### PROBLEM TO SOLVE
Every line in the records below between the one holding "#70=LINE('',#67,#69);" and the one holding "#121=ADVANCED_FACE('',(#118),#120,.F.);", inclusive, is to be set down exactly; all other lines are to be left out.

### INPUT RECORDS

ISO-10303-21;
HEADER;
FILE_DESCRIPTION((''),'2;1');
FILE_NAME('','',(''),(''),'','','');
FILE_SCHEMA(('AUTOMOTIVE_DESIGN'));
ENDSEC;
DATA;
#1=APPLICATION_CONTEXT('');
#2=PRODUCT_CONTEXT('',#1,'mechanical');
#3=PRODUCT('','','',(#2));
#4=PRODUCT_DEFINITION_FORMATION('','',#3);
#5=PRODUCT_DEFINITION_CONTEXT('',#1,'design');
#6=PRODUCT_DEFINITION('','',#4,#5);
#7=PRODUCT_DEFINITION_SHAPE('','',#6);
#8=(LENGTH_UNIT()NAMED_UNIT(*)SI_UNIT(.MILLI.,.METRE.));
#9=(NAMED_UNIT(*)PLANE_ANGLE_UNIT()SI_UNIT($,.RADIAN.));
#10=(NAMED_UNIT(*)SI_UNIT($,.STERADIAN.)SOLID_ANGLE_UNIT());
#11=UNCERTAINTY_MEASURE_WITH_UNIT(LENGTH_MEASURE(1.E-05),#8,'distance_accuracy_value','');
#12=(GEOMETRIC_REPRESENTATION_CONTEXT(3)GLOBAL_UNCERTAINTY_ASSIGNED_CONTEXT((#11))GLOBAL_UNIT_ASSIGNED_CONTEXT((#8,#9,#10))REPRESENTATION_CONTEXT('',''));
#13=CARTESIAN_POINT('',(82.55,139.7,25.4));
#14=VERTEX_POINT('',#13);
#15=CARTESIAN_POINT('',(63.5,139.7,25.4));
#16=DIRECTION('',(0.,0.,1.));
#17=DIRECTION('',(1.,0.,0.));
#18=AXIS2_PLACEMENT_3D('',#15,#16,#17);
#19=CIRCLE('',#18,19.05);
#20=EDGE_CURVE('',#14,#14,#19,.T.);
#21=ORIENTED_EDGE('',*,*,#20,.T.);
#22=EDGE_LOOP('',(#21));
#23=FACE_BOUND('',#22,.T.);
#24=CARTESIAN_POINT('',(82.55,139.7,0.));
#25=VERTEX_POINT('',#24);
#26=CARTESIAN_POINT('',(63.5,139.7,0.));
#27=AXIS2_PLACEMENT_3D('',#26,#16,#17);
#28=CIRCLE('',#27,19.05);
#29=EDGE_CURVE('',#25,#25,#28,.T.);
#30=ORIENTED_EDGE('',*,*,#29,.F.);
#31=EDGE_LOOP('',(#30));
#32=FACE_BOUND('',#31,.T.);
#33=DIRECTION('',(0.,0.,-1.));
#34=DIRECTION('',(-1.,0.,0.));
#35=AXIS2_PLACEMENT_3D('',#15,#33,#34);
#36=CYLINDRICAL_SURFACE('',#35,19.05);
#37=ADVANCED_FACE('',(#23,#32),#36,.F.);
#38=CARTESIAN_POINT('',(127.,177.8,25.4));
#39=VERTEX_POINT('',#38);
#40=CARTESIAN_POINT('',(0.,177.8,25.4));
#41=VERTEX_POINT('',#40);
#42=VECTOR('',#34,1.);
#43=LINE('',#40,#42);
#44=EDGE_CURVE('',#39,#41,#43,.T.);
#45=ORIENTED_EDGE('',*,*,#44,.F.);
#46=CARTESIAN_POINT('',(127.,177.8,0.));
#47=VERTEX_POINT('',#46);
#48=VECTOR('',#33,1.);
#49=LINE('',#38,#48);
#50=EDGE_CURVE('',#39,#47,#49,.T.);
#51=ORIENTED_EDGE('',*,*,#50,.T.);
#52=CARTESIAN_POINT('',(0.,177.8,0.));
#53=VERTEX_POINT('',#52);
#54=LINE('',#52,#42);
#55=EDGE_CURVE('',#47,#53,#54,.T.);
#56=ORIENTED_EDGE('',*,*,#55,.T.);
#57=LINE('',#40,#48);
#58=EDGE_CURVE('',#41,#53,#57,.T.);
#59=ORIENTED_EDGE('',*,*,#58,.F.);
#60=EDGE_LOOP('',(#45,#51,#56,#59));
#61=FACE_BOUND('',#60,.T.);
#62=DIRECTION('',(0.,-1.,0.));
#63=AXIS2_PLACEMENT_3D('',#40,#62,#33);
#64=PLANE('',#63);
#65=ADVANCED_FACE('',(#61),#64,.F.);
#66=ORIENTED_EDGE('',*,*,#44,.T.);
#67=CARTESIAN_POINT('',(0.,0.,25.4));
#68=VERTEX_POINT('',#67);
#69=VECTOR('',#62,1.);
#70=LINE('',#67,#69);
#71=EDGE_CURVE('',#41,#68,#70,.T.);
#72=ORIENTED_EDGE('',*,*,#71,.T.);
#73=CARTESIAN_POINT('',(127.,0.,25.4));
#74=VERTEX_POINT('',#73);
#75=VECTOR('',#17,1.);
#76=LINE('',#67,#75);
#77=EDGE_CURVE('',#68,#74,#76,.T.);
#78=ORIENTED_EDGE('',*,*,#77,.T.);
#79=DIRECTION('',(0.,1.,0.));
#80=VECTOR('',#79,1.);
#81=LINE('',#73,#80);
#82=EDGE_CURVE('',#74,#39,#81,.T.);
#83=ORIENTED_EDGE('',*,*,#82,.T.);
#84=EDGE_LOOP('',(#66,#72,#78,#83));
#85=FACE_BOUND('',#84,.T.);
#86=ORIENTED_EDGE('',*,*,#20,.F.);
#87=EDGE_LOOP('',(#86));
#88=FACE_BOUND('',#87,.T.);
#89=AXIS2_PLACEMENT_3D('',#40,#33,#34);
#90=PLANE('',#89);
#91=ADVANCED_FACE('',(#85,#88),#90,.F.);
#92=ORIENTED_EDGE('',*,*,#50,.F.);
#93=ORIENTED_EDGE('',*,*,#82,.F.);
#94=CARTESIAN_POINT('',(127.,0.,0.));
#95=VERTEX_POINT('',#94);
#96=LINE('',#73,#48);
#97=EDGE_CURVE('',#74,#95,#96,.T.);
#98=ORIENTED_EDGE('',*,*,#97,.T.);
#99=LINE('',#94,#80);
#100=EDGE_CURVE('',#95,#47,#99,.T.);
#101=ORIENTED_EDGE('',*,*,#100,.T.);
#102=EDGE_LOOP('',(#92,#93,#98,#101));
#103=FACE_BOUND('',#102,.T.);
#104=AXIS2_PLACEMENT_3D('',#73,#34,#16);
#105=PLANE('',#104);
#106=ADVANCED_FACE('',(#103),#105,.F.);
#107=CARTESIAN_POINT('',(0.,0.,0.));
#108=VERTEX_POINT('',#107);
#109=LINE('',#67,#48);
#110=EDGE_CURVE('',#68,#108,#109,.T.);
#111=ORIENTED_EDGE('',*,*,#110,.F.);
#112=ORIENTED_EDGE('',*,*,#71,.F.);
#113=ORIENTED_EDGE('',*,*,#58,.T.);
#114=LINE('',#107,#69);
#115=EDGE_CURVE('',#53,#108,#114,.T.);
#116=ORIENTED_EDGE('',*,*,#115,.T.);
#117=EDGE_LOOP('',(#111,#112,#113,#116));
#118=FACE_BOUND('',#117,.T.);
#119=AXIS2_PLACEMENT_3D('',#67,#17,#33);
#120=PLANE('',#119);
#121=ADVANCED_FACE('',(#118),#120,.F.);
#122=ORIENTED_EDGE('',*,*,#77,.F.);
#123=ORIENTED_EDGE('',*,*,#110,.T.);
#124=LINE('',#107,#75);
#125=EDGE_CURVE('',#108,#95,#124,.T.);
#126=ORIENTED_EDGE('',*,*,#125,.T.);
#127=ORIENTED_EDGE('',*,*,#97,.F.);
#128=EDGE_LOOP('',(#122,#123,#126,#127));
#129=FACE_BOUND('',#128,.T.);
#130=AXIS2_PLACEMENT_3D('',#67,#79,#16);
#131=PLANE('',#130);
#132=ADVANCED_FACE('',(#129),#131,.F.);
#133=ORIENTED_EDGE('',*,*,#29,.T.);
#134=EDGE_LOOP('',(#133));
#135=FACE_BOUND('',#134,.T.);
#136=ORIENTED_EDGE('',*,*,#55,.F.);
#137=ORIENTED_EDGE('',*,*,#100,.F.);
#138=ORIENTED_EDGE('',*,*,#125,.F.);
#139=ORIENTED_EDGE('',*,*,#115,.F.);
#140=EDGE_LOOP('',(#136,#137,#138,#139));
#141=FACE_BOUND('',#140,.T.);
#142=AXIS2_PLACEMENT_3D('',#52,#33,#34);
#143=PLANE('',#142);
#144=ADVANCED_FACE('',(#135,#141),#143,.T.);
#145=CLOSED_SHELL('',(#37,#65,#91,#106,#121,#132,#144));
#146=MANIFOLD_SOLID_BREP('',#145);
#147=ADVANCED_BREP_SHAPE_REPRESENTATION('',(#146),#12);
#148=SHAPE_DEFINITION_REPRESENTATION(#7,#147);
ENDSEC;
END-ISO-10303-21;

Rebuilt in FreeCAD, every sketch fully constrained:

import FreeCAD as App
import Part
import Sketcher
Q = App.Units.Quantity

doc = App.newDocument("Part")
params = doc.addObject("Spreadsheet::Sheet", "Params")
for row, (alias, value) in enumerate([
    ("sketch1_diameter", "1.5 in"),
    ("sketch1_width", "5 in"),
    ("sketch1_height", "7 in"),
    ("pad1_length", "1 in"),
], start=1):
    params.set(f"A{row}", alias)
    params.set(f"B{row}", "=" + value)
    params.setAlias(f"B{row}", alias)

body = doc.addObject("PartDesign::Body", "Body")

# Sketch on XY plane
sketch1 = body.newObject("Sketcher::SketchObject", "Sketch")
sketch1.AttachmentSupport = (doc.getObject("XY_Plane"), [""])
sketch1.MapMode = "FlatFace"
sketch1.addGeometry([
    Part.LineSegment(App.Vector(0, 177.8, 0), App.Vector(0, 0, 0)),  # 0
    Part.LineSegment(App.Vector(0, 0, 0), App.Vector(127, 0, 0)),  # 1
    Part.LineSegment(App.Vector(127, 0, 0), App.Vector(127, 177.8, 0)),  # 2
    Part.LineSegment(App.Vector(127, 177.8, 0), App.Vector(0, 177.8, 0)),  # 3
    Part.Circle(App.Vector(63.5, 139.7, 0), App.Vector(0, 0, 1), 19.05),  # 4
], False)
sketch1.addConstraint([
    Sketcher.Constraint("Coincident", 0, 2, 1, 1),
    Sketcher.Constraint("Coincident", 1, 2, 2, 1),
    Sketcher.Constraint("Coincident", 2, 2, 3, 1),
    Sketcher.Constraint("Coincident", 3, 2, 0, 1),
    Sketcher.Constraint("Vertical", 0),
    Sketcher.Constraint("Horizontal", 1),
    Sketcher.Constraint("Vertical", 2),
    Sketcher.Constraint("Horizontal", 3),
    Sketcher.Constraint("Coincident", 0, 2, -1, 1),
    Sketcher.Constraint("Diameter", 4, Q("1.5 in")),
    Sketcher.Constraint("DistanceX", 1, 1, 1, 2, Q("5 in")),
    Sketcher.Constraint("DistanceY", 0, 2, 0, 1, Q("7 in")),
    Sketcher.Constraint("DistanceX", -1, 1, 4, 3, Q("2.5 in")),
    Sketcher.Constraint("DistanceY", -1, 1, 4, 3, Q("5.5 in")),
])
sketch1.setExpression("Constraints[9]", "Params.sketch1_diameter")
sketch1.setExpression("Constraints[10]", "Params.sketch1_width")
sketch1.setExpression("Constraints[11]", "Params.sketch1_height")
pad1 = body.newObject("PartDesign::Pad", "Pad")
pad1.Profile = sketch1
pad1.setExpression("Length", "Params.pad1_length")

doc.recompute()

### RESPONSE AREA
#70=LINE('',#67,#69);
#71=EDGE_CURVE('',#41,#68,#70,.T.);
#72=ORIENTED_EDGE('',*,*,#71,.T.);
#73=CARTESIAN_POINT('',(127.,0.,25.4));
#74=VERTEX_POINT('',#73);
#75=VECTOR('',#17,1.);
#76=LINE('',#67,#75);
#77=EDGE_CURVE('',#68,#74,#76,.T.);
#78=ORIENTED_EDGE('',*,*,#77,.T.);
#79=DIRECTION('',(0.,1.,0.));
#80=VECTOR('',#79,1.);
#81=LINE('',#73,#80);
#82=EDGE_CURVE('',#74,#39,#81,.T.);
#83=ORIENTED_EDGE('',*,*,#82,.T.);
#84=EDGE_LOOP('',(#66,#72,#78,#83));
#85=FACE_BOUND('',#84,.T.);
#86=ORIENTED_EDGE('',*,*,#20,.F.);
#87=EDGE_LOOP('',(#86));
#88=FACE_BOUND('',#87,.T.);
#89=AXIS2_PLACEMENT_3D('',#40,#33,#34);
#90=PLANE('',#89);
#91=ADVANCED_FACE('',(#85,#88),#90,.F.);
#92=ORIENTED_EDGE('',*,*,#50,.F.);
#93=ORIENTED_EDGE('',*,*,#82,.F.);
#94=CARTESIAN_POINT('',(127.,0.,0.));
#95=VERTEX_POINT('',#94);
#96=LINE('',#73,#48);
#97=EDGE_CURVE('',#74,#95,#96,.T.);
#98=ORIENTED_EDGE('',*,*,#97,.T.);
#99=LINE('',#94,#80);
#100=EDGE_CURVE('',#95,#47,#99,.T.);
#101=ORIENTED_EDGE('',*,*,#100,.T.);
#102=EDGE_LOOP('',(#92,#93,#98,#101));
#103=FACE_BOUND('',#102,.T.);
#104=AXIS2_PLACEMENT_3D('',#73,#34,#16);
#105=PLANE('',#104);
#106=ADVANCED_FACE('',(#103),#105,.F.);
#107=CARTESIAN_POINT('',(0.,0.,0.));
#108=VERTEX_POINT('',#107);
#109=LINE('',#67,#48);
#110=EDGE_CURVE('',#68,#108,#109,.T.);
#111=ORIENTED_EDGE('',*,*,#110,.F.);
#112=ORIENTED_EDGE('',*,*,#71,.F.);
#113=ORIENTED_EDGE('',*,*,#58,.T.);
#114=LINE('',#107,#69);
#115=EDGE_CURVE('',#53,#108,#114,.T.);
#116=ORIENTED_EDGE('',*,*,#115,.T.);
#117=EDGE_LOOP('',(#111,#112,#113,#116));
#118=FACE_BOUND('',#117,.T.);
#119=AXIS2_PLACEMENT_3D('',#67,#17,#33);
#120=PLANE('',#119);
#121=ADVANCED_FACE('',(#118),#120,.F.);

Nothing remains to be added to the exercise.